BEGIN Data listing

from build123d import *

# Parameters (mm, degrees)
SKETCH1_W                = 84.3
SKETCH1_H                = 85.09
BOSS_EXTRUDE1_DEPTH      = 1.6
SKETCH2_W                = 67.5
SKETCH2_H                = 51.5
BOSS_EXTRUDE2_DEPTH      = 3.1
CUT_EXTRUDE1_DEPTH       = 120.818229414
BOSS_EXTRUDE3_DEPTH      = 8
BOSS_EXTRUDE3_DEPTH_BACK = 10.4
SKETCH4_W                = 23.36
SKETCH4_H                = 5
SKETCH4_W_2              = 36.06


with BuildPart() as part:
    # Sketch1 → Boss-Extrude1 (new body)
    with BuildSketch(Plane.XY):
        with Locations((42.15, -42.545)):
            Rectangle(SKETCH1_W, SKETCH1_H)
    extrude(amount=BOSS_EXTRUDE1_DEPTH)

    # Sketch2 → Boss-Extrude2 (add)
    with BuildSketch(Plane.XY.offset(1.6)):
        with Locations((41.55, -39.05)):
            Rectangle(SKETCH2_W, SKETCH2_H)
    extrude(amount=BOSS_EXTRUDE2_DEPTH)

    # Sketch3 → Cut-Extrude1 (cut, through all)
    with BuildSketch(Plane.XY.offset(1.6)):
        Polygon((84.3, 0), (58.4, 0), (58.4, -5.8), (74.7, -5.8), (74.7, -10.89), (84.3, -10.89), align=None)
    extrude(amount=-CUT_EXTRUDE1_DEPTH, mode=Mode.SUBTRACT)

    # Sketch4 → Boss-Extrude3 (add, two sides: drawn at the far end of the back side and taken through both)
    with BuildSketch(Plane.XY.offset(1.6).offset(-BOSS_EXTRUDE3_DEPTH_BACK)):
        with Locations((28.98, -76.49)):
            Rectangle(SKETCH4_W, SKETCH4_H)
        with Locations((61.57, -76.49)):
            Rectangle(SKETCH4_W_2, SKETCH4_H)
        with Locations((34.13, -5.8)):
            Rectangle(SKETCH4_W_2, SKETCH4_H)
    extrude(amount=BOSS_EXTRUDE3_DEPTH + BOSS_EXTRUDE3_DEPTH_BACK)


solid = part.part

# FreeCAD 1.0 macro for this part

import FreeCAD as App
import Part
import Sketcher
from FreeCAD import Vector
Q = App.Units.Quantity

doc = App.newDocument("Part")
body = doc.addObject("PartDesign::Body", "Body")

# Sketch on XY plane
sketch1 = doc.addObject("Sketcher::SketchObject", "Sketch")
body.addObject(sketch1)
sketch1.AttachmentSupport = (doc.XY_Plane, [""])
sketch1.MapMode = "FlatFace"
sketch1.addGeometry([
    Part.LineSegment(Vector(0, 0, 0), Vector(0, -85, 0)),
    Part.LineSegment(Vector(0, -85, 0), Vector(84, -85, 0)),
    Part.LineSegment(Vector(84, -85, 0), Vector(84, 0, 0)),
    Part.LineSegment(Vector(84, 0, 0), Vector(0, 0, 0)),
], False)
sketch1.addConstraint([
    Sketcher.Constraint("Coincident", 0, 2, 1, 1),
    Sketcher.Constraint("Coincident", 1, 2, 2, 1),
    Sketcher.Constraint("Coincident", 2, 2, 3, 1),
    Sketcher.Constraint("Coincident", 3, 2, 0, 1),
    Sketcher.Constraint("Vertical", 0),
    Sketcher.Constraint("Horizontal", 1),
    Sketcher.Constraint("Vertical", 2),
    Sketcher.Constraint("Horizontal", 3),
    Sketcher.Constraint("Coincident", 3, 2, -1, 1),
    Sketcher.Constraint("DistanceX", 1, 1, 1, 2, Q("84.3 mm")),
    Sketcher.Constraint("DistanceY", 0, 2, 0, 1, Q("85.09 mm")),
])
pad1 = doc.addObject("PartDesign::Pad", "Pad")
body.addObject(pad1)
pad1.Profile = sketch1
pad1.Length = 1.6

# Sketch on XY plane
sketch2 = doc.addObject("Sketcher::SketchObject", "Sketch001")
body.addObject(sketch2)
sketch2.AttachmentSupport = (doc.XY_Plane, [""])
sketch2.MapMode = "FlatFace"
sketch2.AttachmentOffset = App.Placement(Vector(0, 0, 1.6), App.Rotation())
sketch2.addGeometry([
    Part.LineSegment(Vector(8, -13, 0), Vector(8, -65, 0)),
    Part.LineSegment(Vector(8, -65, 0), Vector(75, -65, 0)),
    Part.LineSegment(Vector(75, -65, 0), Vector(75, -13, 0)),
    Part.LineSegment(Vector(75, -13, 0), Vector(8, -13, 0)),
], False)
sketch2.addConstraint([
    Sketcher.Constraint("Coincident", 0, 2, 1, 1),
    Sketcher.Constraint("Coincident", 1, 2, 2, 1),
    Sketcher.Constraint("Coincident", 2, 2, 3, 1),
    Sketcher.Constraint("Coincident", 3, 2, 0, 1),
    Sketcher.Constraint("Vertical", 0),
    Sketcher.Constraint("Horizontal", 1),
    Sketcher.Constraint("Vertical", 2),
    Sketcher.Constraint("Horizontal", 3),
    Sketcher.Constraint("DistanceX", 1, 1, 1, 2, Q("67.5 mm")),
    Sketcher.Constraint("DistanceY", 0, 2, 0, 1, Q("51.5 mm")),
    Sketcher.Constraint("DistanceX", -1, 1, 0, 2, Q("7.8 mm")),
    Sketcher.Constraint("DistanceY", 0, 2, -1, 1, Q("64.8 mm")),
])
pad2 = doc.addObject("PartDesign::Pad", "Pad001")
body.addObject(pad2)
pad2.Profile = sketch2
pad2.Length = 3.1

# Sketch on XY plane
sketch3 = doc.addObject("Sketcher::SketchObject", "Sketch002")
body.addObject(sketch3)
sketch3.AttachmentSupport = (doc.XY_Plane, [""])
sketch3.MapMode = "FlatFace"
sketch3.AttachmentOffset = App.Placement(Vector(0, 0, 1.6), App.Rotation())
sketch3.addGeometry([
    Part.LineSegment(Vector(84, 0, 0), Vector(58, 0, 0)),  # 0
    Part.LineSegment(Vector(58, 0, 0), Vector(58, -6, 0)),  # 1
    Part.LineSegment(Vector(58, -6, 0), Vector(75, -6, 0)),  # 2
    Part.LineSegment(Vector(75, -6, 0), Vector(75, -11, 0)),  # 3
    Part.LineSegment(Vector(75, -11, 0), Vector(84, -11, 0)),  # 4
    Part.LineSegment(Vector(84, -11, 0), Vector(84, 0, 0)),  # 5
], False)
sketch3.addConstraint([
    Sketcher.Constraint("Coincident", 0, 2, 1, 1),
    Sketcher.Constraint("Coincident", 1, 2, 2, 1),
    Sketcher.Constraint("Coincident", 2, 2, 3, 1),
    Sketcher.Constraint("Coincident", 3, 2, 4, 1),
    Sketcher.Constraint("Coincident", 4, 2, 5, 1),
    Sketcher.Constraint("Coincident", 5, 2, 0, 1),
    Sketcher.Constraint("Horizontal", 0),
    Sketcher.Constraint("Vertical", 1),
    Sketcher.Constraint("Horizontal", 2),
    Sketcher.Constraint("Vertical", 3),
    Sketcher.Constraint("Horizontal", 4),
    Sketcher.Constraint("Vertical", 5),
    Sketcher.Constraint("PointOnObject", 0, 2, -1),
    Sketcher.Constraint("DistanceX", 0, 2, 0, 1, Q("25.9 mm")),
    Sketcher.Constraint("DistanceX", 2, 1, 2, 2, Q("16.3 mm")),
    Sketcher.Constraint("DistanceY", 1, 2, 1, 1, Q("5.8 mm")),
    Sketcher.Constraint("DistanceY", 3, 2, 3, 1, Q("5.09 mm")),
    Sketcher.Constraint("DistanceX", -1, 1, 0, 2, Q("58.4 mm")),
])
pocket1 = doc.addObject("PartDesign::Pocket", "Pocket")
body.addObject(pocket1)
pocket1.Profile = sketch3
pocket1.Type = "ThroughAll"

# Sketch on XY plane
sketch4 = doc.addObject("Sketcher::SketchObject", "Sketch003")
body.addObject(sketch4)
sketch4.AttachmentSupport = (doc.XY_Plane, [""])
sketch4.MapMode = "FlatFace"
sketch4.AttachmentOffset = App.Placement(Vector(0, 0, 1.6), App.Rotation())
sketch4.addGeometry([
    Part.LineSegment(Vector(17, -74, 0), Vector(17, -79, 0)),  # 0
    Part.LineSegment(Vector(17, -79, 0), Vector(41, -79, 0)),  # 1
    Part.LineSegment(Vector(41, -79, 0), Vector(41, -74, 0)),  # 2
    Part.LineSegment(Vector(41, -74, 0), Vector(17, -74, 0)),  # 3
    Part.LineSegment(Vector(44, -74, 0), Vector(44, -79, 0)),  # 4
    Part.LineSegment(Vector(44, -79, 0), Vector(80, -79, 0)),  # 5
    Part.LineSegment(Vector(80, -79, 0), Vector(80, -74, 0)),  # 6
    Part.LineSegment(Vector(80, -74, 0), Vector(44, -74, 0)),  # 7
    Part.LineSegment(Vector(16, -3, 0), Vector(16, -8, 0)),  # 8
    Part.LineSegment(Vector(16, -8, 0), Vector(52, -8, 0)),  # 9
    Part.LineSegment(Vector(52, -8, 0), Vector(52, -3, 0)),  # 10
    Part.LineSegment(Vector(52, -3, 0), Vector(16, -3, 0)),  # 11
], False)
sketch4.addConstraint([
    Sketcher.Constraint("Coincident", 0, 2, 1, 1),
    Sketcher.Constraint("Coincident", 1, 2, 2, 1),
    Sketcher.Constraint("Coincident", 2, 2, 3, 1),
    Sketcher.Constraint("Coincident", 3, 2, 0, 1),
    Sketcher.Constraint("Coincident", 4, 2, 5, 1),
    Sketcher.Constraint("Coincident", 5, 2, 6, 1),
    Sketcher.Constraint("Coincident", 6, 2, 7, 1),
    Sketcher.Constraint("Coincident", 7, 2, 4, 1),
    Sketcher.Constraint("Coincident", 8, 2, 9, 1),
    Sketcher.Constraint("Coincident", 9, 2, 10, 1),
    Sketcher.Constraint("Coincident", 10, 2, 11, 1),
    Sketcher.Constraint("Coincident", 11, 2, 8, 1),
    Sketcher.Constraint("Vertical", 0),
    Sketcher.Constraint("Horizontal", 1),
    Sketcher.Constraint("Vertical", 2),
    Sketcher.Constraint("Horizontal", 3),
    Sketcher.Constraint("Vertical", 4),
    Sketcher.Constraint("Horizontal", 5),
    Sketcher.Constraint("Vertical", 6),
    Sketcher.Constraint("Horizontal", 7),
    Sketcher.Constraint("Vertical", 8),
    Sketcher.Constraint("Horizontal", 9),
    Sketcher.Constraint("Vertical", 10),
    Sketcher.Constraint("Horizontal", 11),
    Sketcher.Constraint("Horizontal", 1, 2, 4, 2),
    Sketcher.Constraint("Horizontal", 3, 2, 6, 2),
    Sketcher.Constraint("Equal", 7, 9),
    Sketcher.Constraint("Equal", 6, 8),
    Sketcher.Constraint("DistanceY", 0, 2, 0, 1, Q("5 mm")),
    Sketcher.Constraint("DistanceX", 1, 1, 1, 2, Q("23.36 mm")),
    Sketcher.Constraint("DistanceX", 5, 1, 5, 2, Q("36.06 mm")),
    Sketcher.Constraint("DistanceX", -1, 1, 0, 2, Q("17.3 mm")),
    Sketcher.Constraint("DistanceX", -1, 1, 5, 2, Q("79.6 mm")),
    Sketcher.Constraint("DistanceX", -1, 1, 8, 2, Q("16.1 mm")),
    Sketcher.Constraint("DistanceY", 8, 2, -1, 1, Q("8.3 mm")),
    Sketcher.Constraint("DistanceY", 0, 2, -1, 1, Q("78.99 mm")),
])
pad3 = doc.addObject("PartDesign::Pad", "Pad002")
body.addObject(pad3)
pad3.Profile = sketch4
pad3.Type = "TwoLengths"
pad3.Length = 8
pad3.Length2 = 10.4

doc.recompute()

END Data listing

- Task to carry out
Your answer must be the lines from the first line of the records through the line containing "# Sketch4 →", copied exactly.

- Expected answer
from build123d import *

# Parameters (mm, degrees)
SKETCH1_W                = 84.3
SKETCH1_H                = 85.09
BOSS_EXTRUDE1_DEPTH      = 1.6
SKETCH2_W                = 67.5
SKETCH2_H                = 51.5
BOSS_EXTRUDE2_DEPTH      = 3.1
CUT_EXTRUDE1_DEPTH       = 120.818229414
BOSS_EXTRUDE3_DEPTH      = 8
BOSS_EXTRUDE3_DEPTH_BACK = 10.4
SKETCH4_W                = 23.36
SKETCH4_H                = 5
SKETCH4_W_2              = 36.06


with BuildPart() as part:
    # Sketch1 → Boss-Extrude1 (new body)
    with BuildSketch(Plane.XY):
        with Locations((42.15, -42.545)):
            Rectangle(SKETCH1_W, SKETCH1_H)
    extrude(amount=BOSS_EXTRUDE1_DEPTH)

    # Sketch2 → Boss-Extrude2 (add)
    with BuildSketch(Plane.XY.offset(1.6)):
        with Locations((41.55, -39.05)):
            Rectangle(SKETCH2_W, SKETCH2_H)
    extrude(amount=BOSS_EXTRUDE2_DEPTH)

    # Sketch3 → Cut-Extrude1 (cut, through all)
    with BuildSketch(Plane.XY.offset(1.6)):
        Polygon((84.3, 0), (58.4, 0), (58.4, -5.8), (74.7, -5.8), (74.7, -10.89), (84.3, -10.89), align=None)
    extrude(amount=-CUT_EXTRUDE1_DEPTH, mode=Mode.SUBTRACT)

    # Sketch4 → Boss-Extrude3 (add, two sides: drawn at the far end of the back side and taken through both)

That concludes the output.